WHAT TO WORK ON: Retype, word for word, every line from the one holding "f 104 103 107" through the one holding "f 135 134 73" in the entries below, both included, and only those lines.

________

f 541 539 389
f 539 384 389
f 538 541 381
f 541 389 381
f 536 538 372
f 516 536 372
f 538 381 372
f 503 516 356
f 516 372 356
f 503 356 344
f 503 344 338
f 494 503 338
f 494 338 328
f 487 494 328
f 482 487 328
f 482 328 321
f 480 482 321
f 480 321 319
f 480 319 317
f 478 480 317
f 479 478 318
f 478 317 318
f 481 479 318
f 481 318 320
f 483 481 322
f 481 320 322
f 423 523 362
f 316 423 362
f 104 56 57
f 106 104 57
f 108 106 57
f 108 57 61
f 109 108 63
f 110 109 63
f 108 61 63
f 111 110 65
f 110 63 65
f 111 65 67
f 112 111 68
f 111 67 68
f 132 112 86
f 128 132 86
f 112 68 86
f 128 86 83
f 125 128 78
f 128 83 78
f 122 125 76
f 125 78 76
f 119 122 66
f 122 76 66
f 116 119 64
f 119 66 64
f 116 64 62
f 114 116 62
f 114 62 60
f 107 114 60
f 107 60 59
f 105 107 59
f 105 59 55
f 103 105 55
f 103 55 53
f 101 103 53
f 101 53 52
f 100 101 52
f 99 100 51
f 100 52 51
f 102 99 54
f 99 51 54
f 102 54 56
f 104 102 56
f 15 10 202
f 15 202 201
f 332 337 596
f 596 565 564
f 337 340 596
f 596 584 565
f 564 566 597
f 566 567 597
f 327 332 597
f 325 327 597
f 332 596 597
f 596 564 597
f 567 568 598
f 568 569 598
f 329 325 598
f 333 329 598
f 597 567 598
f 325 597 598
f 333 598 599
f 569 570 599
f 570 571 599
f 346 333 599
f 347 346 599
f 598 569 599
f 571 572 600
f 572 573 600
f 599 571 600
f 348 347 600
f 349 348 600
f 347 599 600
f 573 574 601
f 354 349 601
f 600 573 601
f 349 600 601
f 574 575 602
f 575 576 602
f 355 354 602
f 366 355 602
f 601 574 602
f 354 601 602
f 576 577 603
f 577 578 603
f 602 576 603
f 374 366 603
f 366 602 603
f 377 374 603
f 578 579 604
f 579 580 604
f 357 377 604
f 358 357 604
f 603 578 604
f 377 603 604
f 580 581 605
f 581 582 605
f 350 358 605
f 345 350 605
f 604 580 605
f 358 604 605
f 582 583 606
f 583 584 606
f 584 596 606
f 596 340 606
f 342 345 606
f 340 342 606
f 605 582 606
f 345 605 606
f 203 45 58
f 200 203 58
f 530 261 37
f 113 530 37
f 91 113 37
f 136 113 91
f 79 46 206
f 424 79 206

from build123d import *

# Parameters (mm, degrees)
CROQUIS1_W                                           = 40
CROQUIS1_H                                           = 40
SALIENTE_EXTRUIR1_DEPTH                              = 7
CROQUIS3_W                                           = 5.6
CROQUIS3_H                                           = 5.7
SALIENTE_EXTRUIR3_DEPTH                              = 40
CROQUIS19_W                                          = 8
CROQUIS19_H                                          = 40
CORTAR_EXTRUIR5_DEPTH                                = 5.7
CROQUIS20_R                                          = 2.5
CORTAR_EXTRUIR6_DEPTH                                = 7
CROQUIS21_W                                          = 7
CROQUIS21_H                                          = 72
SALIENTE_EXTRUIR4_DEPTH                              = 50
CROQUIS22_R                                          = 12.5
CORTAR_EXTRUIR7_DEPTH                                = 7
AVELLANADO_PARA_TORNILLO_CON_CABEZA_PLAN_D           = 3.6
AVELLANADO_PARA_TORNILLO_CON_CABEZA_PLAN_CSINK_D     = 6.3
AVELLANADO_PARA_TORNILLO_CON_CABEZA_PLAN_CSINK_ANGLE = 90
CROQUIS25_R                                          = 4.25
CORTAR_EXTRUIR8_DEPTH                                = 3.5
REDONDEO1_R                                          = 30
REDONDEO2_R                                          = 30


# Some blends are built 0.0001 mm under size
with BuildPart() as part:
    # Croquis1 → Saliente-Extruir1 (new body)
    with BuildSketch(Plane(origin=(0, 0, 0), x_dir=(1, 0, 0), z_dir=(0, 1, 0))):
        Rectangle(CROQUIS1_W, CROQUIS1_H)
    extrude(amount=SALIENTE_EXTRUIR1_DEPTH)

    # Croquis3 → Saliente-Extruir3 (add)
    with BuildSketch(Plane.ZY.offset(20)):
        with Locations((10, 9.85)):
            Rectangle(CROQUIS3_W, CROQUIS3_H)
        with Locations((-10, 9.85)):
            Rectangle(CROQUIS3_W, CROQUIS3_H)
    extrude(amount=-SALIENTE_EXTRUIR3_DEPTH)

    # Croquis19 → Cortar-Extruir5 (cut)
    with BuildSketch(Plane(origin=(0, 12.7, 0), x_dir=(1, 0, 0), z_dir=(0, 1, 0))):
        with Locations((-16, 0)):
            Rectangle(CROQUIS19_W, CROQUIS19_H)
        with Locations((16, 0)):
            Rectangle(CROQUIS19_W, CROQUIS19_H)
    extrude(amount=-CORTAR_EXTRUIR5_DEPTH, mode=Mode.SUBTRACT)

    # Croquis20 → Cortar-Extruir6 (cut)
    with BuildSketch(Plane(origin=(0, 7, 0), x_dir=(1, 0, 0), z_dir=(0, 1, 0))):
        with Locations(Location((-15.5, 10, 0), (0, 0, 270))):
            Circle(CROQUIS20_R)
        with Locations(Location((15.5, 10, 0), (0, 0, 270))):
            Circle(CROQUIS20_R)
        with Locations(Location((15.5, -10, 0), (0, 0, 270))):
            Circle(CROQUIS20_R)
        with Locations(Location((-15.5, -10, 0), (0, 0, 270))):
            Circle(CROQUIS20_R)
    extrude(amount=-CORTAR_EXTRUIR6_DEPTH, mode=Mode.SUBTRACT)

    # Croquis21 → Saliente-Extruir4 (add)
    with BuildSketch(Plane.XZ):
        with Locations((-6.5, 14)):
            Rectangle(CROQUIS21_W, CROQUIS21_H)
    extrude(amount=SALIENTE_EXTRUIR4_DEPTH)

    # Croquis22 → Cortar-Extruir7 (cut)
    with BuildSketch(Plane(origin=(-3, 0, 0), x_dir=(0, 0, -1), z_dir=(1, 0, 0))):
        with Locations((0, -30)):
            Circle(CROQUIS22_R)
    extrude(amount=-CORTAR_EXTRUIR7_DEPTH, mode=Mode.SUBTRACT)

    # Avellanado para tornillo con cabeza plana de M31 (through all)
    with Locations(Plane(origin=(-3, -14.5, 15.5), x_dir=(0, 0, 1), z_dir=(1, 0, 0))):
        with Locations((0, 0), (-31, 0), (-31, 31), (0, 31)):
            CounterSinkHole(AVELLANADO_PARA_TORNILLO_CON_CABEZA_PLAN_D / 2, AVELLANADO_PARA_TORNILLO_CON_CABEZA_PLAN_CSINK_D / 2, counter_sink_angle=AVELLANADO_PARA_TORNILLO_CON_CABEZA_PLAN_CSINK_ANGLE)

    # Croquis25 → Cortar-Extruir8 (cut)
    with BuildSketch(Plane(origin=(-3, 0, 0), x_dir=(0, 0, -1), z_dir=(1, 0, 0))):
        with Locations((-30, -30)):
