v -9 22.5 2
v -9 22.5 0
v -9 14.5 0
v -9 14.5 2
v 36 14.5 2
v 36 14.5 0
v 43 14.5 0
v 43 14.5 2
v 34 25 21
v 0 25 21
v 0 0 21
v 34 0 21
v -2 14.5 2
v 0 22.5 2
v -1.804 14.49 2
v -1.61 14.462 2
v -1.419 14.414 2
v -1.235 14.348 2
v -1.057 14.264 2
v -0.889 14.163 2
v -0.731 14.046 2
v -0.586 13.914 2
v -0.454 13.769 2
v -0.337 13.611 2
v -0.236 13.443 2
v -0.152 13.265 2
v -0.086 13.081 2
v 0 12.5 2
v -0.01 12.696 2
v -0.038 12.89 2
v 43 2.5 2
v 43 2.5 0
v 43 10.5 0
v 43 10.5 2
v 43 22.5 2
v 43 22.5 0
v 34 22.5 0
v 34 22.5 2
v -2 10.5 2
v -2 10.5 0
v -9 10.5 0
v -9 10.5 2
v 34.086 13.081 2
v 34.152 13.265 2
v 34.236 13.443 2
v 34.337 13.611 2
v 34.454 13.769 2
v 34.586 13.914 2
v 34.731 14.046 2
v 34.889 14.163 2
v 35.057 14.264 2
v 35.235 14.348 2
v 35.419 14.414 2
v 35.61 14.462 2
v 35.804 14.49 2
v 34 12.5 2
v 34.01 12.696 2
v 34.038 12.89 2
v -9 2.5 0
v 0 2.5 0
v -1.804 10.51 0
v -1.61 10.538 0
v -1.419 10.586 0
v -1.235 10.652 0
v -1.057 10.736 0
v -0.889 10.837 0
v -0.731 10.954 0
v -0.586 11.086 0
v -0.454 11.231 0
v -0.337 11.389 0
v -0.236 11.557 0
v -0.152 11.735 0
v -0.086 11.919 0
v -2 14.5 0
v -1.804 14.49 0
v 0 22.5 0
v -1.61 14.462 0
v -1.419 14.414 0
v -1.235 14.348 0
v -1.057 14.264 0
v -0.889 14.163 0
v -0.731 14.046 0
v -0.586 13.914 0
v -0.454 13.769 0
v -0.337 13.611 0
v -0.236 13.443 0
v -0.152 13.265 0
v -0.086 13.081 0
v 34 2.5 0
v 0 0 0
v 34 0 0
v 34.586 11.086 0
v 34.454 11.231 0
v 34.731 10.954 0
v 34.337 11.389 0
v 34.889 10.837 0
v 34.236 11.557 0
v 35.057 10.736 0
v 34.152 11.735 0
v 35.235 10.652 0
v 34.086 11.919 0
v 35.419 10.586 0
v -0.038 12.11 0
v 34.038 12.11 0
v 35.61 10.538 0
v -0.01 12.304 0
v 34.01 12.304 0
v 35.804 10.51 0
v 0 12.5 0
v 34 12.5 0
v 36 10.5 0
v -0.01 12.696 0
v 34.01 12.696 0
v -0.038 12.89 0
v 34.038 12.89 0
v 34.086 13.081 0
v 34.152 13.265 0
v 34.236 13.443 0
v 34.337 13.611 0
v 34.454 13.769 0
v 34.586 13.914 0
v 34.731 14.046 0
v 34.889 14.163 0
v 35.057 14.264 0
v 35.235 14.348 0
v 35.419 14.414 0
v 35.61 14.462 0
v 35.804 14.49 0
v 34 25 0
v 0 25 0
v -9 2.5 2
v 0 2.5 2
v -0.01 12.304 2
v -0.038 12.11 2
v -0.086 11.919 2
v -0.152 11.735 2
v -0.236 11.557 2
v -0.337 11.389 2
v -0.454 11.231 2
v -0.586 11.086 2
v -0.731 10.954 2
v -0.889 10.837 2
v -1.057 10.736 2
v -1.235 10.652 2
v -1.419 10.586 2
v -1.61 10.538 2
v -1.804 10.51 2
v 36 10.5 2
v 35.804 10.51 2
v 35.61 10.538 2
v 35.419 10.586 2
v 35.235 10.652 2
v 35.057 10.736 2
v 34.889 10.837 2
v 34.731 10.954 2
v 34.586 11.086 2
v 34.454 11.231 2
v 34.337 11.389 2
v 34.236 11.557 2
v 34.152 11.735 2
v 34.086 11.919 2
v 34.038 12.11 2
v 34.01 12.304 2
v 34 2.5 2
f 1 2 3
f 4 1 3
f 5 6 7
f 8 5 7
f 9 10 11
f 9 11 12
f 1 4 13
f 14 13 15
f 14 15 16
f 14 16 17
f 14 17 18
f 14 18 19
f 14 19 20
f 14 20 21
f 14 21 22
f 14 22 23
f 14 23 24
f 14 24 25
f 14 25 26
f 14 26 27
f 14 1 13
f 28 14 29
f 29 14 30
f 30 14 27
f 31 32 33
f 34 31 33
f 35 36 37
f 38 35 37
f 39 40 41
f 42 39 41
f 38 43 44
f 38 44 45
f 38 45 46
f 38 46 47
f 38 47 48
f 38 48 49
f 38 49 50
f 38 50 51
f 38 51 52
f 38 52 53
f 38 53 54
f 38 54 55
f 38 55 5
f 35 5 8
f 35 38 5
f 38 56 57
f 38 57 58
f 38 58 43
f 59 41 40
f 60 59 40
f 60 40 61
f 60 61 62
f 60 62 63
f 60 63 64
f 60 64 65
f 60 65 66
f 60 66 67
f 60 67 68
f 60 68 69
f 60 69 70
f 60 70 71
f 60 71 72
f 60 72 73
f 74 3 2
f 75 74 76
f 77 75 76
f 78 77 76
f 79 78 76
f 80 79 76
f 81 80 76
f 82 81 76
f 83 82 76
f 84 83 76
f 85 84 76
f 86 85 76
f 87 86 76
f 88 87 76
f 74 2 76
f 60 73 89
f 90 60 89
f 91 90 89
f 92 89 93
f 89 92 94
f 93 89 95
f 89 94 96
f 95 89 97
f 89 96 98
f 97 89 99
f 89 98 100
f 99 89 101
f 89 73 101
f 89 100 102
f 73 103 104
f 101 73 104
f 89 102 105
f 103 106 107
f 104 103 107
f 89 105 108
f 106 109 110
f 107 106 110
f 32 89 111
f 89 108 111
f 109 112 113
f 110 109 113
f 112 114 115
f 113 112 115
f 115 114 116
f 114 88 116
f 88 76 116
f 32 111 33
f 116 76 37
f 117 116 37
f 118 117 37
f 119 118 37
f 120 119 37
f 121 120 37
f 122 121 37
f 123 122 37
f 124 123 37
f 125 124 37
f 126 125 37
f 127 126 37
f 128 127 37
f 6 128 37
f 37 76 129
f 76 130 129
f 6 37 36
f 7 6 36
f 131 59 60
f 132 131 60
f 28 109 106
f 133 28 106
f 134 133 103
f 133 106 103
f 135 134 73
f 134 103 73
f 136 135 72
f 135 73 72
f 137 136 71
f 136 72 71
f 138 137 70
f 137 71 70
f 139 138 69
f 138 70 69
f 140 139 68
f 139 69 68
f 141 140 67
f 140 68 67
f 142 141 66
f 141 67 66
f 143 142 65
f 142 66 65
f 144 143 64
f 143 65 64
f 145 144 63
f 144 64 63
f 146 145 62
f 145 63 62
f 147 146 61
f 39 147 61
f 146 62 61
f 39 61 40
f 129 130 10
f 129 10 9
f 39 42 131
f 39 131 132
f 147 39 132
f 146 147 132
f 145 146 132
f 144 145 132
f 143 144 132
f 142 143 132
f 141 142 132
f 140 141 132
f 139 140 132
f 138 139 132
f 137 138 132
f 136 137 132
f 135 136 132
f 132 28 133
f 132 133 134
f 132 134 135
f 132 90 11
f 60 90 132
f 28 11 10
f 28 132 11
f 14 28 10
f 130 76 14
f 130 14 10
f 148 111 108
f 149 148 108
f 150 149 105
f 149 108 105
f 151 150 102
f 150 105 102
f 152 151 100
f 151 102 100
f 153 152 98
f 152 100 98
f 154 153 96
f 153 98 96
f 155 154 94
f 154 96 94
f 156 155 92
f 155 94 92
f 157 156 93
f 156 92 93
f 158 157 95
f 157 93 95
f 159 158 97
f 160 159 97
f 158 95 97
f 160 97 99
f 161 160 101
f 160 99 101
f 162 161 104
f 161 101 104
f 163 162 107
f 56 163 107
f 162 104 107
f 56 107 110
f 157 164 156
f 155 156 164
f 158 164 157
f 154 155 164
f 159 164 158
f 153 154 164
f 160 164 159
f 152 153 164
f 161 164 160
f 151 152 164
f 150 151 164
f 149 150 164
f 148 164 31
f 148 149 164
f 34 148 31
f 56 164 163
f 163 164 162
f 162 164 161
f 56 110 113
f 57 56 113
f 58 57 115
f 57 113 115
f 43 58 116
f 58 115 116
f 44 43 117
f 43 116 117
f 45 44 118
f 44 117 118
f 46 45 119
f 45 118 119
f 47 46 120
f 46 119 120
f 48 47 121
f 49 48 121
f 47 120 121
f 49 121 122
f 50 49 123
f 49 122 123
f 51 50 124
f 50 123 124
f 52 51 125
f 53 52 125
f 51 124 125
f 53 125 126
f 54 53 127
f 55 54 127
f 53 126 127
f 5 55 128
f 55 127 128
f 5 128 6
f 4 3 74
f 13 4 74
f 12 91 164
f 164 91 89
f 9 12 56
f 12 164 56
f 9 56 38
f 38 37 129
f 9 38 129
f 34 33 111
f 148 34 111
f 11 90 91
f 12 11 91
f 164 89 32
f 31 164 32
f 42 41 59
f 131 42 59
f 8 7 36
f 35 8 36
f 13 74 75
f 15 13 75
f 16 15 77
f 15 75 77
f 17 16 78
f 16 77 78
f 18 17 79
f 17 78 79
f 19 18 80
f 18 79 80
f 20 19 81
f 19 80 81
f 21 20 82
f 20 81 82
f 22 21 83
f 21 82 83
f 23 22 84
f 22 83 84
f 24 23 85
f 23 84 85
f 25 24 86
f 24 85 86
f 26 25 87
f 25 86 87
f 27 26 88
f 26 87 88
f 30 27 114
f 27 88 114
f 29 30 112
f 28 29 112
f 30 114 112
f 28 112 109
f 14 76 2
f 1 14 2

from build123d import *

# Parameters (mm, degrees)
SKETCH1_W           = 34
SKETCH1_H           = 25
BOSS_EXTRUDE1_DEPTH = 21
BOSS_EXTRUDE2_DEPTH = 2


with BuildPart() as part:
    # Sketch1 → Boss-Extrude1 (new body)
    with BuildSketch(Plane.XY):
        with Locations((17, 12.5)):
            Rectangle(SKETCH1_W, SKETCH1_H)
    extrude(amount=BOSS_EXTRUDE1_DEPTH)

    # Sketch3 → Boss-Extrude2 (add)
    with BuildSketch(Plane.XY):
        with BuildLine():
            Line((0, 12.5), (0, 22.5))
            Line((0, 22.5), (-9, 22.5))
            Line((-9, 22.5), (-9, 14.5))
            Line((-9, 14.5), (-2, 14.5))
            ThreePointArc((-2, 14.5), (-0.585786438, 13.914213562), (0, 12.5))
        make_face()
        with BuildLine():
            Line((0, 2.5), (0, 12.5))
            ThreePointArc((0, 12.5), (-0.585786438, 11.085786438), (-2, 10.5))
            Line((-2, 10.5), (-9, 10.5))
            Line((-9, 10.5), (-9, 2.5))
            Line((-9, 2.5), (0, 2.5))
        make_face()
        with BuildLine():
            ThreePointArc((36, 10.5), (34.585786455, 11.08578642), (34, 12.499999949))
            Line((34, 12.499999949), (34, 2.5))
            Line((34, 2.5), (43, 2.5))
            Line((43, 2.5), (43, 10.5))
            Line((43, 10.5), (36, 10.5))
        make_face()
        with BuildLine():
            Line((43, 22.5), (34, 22.5))
            Line((34, 22.5), (34, 12.499999949))
            ThreePointArc((34, 12.499999949), (34.58578642, 13.914213545), (36, 14.5))
            Line((36, 14.5), (43, 14.5))
            Line((43, 14.5), (43, 22.5))
        make_face()
    extrude(amount=BOSS_EXTRUDE2_DEPTH)


solid = part.part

________

ANSWER FOR THE TASK:
f 104 103 107
f 89 105 108
f 106 109 110
f 107 106 110
f 32 89 111
f 89 108 111
f 109 112 113
f 110 109 113
f 112 114 115
f 113 112 115
f 115 114 116
f 114 88 116
f 88 76 116
f 32 111 33
f 116 76 37
f 117 116 37
f 118 117 37
f 119 118 37
f 120 119 37
f 121 120 37
f 122 121 37
f 123 122 37
f 124 123 37
f 125 124 37
f 126 125 37
f 127 126 37
f 128 127 37
f 6 128 37
f 37 76 129
f 76 130 129
f 6 37 36
f 7 6 36
f 131 59 60
f 132 131 60
f 28 109 106
f 133 28 106
f 134 133 103
f 133 106 103
f 135 134 73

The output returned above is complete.